_Brief_
Work out the count of lines in the listing below that include "centre". Give that count alone.

_Material for the task_
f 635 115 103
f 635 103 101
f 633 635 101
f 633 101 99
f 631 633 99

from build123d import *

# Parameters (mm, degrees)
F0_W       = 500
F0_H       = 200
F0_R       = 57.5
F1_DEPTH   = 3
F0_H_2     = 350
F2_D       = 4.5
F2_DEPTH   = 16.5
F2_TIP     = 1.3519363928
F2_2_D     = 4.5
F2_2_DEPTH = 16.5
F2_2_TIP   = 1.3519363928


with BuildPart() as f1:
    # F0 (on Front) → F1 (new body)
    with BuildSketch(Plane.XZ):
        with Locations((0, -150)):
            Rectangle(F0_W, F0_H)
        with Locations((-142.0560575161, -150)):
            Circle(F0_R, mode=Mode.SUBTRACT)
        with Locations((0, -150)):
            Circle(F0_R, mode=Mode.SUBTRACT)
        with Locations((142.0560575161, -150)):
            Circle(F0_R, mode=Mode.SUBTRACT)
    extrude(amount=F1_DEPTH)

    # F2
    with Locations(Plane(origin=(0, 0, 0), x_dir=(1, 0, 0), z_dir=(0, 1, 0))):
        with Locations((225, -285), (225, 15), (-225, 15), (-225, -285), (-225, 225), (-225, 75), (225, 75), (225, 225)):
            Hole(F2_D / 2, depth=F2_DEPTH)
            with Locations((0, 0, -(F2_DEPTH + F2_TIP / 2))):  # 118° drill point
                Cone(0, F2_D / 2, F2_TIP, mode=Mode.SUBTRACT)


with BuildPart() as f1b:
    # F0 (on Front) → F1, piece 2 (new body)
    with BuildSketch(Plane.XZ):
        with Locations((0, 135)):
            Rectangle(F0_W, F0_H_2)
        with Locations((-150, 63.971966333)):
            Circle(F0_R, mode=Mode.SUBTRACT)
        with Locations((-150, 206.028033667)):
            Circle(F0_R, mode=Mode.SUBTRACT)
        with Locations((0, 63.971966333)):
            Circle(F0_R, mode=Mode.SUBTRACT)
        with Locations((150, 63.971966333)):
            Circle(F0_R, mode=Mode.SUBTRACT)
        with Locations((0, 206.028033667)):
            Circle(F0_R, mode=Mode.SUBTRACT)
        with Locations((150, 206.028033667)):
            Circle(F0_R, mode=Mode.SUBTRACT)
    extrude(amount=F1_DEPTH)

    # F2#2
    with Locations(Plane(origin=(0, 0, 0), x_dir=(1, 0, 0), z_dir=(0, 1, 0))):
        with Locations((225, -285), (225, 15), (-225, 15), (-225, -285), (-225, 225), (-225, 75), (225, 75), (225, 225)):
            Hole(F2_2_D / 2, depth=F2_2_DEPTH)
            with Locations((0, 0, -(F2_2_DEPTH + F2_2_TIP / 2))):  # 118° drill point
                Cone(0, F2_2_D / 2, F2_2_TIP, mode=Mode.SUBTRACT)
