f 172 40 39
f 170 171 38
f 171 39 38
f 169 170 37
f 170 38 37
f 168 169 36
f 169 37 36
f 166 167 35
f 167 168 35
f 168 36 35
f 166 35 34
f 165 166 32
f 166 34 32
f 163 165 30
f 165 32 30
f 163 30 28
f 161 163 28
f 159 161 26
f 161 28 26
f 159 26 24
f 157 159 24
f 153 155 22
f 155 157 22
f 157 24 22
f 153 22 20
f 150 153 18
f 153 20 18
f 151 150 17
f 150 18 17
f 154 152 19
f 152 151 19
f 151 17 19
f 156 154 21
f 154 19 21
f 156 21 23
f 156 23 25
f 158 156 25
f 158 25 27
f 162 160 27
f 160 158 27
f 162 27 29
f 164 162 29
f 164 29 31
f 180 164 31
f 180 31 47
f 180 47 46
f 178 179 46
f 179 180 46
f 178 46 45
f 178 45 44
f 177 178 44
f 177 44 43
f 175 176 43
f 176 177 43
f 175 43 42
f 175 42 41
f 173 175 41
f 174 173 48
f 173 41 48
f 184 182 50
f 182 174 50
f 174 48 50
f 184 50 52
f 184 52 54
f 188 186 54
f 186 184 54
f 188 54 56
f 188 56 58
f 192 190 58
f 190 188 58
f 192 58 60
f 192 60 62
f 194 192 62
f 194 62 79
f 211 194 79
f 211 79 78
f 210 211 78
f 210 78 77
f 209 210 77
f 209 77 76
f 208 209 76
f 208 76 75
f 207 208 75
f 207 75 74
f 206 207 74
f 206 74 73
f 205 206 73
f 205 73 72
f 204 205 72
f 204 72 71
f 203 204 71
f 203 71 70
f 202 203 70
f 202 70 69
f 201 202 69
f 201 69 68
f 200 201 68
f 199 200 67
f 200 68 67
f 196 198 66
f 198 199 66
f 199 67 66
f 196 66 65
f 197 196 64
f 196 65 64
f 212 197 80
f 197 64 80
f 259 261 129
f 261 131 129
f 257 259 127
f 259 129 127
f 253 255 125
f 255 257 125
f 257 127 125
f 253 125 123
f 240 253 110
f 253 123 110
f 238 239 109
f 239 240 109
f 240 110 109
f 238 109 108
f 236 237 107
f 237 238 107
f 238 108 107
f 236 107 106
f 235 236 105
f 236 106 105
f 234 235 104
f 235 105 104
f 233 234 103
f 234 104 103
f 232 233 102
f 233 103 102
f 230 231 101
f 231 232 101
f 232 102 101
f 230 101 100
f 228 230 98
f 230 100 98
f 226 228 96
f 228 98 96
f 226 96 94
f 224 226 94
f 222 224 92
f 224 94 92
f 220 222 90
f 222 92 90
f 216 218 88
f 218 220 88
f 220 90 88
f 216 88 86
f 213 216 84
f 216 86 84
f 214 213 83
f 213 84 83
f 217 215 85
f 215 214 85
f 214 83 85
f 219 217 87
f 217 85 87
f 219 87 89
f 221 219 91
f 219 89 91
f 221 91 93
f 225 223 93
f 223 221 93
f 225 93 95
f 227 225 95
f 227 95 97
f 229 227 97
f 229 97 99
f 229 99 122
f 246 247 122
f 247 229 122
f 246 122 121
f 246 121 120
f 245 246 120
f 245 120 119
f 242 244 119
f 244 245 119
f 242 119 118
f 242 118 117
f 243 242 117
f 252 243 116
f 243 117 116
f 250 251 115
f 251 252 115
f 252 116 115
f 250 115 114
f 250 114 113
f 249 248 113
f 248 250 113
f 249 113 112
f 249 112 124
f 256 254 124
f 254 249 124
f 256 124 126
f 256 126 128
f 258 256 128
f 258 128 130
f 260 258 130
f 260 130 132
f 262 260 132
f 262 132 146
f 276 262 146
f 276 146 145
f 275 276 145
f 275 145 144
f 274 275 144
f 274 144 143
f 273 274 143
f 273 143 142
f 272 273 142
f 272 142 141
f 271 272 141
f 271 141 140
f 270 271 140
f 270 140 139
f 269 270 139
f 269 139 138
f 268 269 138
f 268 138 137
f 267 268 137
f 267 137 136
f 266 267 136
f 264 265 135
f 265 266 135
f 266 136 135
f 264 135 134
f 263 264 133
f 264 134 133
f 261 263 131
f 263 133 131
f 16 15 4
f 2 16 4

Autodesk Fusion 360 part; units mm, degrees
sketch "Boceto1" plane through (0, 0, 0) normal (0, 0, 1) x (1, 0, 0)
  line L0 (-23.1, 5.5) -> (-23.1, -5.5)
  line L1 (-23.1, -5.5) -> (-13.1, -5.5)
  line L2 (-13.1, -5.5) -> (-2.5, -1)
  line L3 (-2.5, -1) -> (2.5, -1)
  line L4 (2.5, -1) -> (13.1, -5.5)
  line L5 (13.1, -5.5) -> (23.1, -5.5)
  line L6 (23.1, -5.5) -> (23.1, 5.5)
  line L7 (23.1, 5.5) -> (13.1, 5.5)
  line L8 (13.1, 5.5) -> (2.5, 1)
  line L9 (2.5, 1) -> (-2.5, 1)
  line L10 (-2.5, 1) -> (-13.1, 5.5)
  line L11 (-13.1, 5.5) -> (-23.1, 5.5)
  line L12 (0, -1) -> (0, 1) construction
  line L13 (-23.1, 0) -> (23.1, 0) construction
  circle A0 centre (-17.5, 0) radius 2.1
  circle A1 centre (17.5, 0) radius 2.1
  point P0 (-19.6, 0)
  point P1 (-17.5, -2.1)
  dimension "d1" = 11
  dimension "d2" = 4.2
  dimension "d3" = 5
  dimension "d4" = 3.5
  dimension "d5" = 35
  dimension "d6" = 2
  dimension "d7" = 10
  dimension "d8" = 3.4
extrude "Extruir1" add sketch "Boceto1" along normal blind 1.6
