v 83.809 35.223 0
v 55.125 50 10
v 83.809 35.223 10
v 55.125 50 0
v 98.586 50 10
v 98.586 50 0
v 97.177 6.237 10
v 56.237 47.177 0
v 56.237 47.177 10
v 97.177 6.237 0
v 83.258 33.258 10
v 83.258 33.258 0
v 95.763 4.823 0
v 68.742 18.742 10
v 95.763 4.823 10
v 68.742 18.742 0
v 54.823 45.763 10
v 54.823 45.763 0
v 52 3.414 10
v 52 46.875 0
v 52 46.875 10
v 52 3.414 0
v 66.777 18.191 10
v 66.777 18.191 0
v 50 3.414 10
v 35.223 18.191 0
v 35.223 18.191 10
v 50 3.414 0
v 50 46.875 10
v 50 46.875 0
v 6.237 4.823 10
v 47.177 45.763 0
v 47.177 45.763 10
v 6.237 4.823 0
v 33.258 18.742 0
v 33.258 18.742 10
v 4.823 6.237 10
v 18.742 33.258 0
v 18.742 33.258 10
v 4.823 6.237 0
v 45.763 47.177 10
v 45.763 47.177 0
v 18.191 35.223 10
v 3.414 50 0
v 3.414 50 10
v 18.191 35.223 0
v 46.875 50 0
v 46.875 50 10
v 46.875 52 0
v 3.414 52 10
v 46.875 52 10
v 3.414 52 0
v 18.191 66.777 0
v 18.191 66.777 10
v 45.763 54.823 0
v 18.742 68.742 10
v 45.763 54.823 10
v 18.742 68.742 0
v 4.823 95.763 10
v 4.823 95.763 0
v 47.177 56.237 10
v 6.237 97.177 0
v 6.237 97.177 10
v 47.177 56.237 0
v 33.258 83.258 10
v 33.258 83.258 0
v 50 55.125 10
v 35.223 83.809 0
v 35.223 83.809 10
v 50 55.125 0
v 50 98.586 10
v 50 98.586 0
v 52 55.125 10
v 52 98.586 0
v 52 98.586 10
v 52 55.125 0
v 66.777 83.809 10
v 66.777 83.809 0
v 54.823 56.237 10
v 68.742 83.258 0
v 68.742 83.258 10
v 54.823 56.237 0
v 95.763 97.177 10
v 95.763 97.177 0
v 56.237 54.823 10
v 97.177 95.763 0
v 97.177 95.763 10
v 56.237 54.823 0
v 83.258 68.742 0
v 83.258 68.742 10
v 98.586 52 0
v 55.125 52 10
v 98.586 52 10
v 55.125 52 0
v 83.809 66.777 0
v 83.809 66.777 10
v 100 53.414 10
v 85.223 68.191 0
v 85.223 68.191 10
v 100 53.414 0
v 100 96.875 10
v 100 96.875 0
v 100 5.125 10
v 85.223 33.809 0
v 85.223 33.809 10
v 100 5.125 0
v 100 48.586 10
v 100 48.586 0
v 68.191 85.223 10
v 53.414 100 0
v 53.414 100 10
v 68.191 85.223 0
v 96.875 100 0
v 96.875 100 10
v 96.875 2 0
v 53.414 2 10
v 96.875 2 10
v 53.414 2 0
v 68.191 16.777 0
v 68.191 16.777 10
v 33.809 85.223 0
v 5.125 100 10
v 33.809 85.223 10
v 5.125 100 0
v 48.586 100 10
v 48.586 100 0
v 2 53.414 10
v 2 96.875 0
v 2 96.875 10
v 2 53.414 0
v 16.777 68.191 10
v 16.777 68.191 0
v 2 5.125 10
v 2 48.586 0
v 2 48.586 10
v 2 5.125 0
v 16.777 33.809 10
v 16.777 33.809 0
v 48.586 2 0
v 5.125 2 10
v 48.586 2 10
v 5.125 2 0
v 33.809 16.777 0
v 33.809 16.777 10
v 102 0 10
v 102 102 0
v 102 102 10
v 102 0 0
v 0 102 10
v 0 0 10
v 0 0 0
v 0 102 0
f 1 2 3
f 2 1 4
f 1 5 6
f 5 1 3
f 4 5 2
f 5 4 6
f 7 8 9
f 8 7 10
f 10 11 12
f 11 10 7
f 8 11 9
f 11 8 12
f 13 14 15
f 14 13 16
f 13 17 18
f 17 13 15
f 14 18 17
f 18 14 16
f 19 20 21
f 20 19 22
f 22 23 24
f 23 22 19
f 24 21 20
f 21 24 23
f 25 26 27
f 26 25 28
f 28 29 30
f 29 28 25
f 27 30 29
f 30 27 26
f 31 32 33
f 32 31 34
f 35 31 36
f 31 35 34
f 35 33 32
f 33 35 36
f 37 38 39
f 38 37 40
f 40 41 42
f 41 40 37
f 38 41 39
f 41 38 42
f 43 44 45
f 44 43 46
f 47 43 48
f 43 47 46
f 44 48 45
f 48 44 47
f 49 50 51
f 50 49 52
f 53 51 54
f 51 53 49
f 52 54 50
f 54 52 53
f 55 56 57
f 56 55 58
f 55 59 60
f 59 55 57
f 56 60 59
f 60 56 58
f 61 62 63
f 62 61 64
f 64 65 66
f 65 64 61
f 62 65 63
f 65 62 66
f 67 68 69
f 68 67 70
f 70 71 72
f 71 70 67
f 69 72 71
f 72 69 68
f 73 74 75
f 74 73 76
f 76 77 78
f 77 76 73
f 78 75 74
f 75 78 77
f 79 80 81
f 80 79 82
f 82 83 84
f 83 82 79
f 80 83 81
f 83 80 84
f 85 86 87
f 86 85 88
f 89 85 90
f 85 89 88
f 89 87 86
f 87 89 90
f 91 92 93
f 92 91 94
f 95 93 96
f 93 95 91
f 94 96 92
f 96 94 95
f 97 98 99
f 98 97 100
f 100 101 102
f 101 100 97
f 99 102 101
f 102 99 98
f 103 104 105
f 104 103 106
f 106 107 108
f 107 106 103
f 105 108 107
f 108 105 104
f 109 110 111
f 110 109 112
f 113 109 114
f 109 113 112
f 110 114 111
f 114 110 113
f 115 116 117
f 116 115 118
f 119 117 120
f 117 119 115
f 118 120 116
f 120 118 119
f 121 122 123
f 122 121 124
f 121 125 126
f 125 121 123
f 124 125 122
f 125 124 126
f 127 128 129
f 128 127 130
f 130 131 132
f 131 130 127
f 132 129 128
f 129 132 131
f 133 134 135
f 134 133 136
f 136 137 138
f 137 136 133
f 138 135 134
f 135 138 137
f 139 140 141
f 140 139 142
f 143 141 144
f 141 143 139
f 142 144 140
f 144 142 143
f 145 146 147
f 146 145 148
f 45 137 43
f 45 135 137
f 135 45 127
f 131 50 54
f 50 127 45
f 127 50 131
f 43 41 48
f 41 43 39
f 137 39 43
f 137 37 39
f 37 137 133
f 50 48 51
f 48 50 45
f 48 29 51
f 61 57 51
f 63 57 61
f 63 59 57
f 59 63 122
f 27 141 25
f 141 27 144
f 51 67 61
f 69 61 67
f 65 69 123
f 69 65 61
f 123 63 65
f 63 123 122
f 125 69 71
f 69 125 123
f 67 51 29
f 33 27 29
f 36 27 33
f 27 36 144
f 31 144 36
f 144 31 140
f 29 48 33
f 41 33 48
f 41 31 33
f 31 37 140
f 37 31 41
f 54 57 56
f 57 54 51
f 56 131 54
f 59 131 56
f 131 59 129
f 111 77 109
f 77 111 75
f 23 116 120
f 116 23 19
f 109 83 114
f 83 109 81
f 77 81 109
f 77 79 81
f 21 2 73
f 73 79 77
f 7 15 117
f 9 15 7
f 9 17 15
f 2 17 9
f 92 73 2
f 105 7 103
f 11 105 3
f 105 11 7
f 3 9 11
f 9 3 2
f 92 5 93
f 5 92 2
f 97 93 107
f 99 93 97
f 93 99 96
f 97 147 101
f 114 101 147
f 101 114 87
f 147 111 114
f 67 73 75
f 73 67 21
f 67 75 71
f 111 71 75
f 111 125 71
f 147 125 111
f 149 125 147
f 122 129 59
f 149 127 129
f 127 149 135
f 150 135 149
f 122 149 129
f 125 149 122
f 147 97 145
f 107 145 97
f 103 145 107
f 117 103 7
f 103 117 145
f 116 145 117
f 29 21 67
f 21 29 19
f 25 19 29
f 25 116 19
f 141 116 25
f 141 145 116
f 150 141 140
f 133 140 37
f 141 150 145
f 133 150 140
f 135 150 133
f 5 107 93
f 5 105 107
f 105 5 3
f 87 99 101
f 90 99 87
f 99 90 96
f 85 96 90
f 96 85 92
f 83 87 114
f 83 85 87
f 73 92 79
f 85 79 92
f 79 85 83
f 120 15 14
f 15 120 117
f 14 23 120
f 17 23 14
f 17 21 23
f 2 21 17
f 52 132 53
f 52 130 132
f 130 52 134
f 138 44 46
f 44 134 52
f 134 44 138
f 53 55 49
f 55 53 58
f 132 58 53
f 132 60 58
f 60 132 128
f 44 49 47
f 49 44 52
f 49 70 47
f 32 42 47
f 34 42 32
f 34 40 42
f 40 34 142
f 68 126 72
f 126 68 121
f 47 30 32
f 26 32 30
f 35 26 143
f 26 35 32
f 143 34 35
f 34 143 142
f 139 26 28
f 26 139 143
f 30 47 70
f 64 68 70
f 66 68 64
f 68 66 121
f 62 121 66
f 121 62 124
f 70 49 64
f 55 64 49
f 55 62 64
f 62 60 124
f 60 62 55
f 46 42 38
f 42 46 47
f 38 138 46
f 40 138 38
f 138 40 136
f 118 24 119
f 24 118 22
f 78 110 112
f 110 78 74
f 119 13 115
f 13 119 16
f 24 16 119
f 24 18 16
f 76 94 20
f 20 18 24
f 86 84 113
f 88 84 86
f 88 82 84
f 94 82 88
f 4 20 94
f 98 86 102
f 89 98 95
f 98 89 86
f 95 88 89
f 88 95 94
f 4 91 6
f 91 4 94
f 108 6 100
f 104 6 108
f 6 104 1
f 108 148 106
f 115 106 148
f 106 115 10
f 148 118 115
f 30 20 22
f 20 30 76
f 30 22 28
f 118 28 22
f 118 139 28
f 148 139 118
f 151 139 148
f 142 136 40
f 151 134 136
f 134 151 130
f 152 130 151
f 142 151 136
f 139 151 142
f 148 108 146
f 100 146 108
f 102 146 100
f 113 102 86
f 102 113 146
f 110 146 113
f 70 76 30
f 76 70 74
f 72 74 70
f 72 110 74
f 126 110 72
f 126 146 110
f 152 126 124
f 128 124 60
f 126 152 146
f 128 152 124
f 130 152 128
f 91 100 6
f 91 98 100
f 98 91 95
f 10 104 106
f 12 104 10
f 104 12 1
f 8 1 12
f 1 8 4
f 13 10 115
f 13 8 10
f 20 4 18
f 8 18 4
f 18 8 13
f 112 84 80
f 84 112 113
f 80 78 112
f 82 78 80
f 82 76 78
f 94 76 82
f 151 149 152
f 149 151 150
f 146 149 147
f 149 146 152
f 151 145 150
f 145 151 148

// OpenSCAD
union() {
	difference() {
		cube(size = [102, 102, 10]);
		translate(v = [1.0000000000, 1.0000000000, -1]) {
			linear_extrude(height = 12) {
				union() {
					polygon(paths = [[0, 1, 2]], points = [[97.5857864376, 49.0000000000], [54.1247895518, 49.0000000000], [82.8090474964, 34.2232610588]]);
				}
			}
			linear_extrude(height = 12) {
				union() {
					polygon(paths = [[0, 1, 2]], points = [[82.2575715524, 32.2575715524], [55.2369043711, 46.1773091913], [96.1773091913, 5.2369043711]]);
				}
			}
			linear_extrude(height = 12) {
				union() {
					polygon(paths = [[0, 1, 2]], points = [[53.8226908087, 44.7630956289], [67.7424284476, 17.7424284476], [94.7630956289, 3.8226908087]]);
				}
			}
			linear_extrude(height = 12) {
				union() {
					polygon(paths = [[0, 1, 2]], points = [[65.7767389412, 17.1909525036], [51.0000000000, 45.8752104482], [51.0000000000, 2.4142135624]]);
				}
			}
			linear_extrude(height = 12) {
				union() {
					polygon(paths = [[0, 1, 2]], points = [[49.0000000000, 45.8752104482], [34.2232610588, 17.1909525036], [49.0000000000, 2.4142135624]]);
				}
			}
			linear_extrude(height = 12) {
				union() {
					polygon(paths = [[0, 1, 2]], points = [[32.2575715524, 17.7424284476], [46.1773091913, 44.7630956289], [5.2369043711, 3.8226908087]]);
				}
			}
			linear_extrude(height = 12) {
				union() {
					polygon(paths = [[0, 1, 2]], points = [[44.7630956289, 46.1773091913], [17.7424284476, 32.2575715524], [3.8226908087, 5.2369043711]]);
				}
			}
			linear_extrude(height = 12) {
				union() {
					polygon(paths = [[0, 1, 2]], points = [[45.8752104482, 49.0000000000], [2.4142135624, 49.0000000000], [17.1909525036, 34.2232610588]]);
				}
			}
			linear_extrude(height = 12) {
				union() {
					polygon(paths = [[0, 1, 2]], points = [[17.1909525036, 65.7767389412], [2.4142135624, 51.0000000000], [45.8752104482, 51.0000000000]]);
				}
			}
			linear_extrude(height = 12) {
				union() {
					polygon(paths = [[0, 1, 2]], points = [[3.8226908087, 94.7630956289], [17.7424284476, 67.7424284476], [44.7630956289, 53.8226908087]]);
				}
			}
			linear_extrude(height = 12) {
				union() {
					polygon(paths = [[0, 1, 2]], points = [[32.2575715524, 82.2575715524], [5.2369043711, 96.1773091913], [46.1773091913, 55.2369043711]]);
				}
			}
			linear_extrude(height = 12) {
				union() {
					polygon(paths = [[0, 1, 2]], points = [[49.0000000000, 97.5857864376], [34.2232610588, 82.8090474964], [49.0000000000, 54.1247895518]]);
				}
			}
			linear_extrude(height = 12) {
				union() {
					polygon(paths = [[0, 1, 2]], points = [[65.7767389412, 82.8090474964], [51.0000000000, 97.5857864376], [51.0000000000, 54.1247895518]]);
				}
			}
			linear_extrude(height = 12) {
				union() {
					polygon(paths = [[0, 1, 2]], points = [[94.7630956289, 96.1773091913], [67.7424284476, 82.2575715524], [53.8226908087, 55.2369043711]]);
				}
			}
			linear_extrude(height = 12) {
				union() {
					polygon(paths = [[0, 1, 2]], points = [[82.2575715524, 67.7424284476], [96.1773091913, 94.7630956289], [55.2369043711, 53.8226908087]]);
				}
			}
			linear_extrude(height = 12) {
				union() {
					polygon(paths = [[0, 1, 2]], points = [[82.8090474964, 65.7767389412], [54.1247895518, 51.0000000000], [97.5857864376, 51.0000000000]]);
				}
			}
			linear_extrude(height = 12) {
				union() {
					polygon(paths = [[0, 1, 2]], points = [[99.0000000000, 95.8752104482], [84.2232610588, 67.1909525036], [99.0000000000, 52.4142135624]]);
				}
			}
			linear_extrude(height = 12) {
				union() {
					polygon(paths = [[0, 1, 2]], points = [[99.0000000000, 47.5857864376], [84.2232610588, 32.8090474964], [99.0000000000, 4.1247895518]]);
				}
			}
			linear_extrude(height = 12) {
				union() {
					polygon(paths = [[0, 1, 2]], points = [[95.8752104482, 99.0000000000], [52.4142135624, 99.0000000000], [67.1909525036, 84.2232610588]]);
				}
			}
			linear_extrude(height = 12) {
				union() {
					polygon(paths = [[0, 1, 2]], points = [[67.1909525036, 15.7767389412], [52.4142135624, 1.0000000000], [95.8752104482, 1.0000000000]]);
				}
			}
			linear_extrude(height = 12) {
				union() {
					polygon(paths = [[0, 1, 2]], points = [[47.5857864376, 99.0000000000], [4.1247895518, 99.0000000000], [32.8090474964, 84.2232610588]]);
				}
			}
			linear_extrude(height = 12) {
				union() {
					polygon(paths = [[0, 1, 2]], points = [[15.7767389412, 67.1909525036], [1.0000000000, 95.8752104482], [1.0000000000, 52.4142135624]]);
				}
			}
			linear_extrude(height = 12) {
				union() {
					polygon(paths = [[0, 1, 2]], points = [[15.7767389412, 32.8090474964], [1.0000000000, 47.5857864376], [1.0000000000, 4.1247895518]]);
				}
			}
			linear_extrude(height = 12) {
				union() {
					polygon(paths = [[0, 1, 2]], points = [[32.8090474964, 15.7767389412], [4.1247895518, 1.0000000000], [47.5857864376, 1.0000000000]]);
				}
			}
		}
	}
}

_Task answer_
2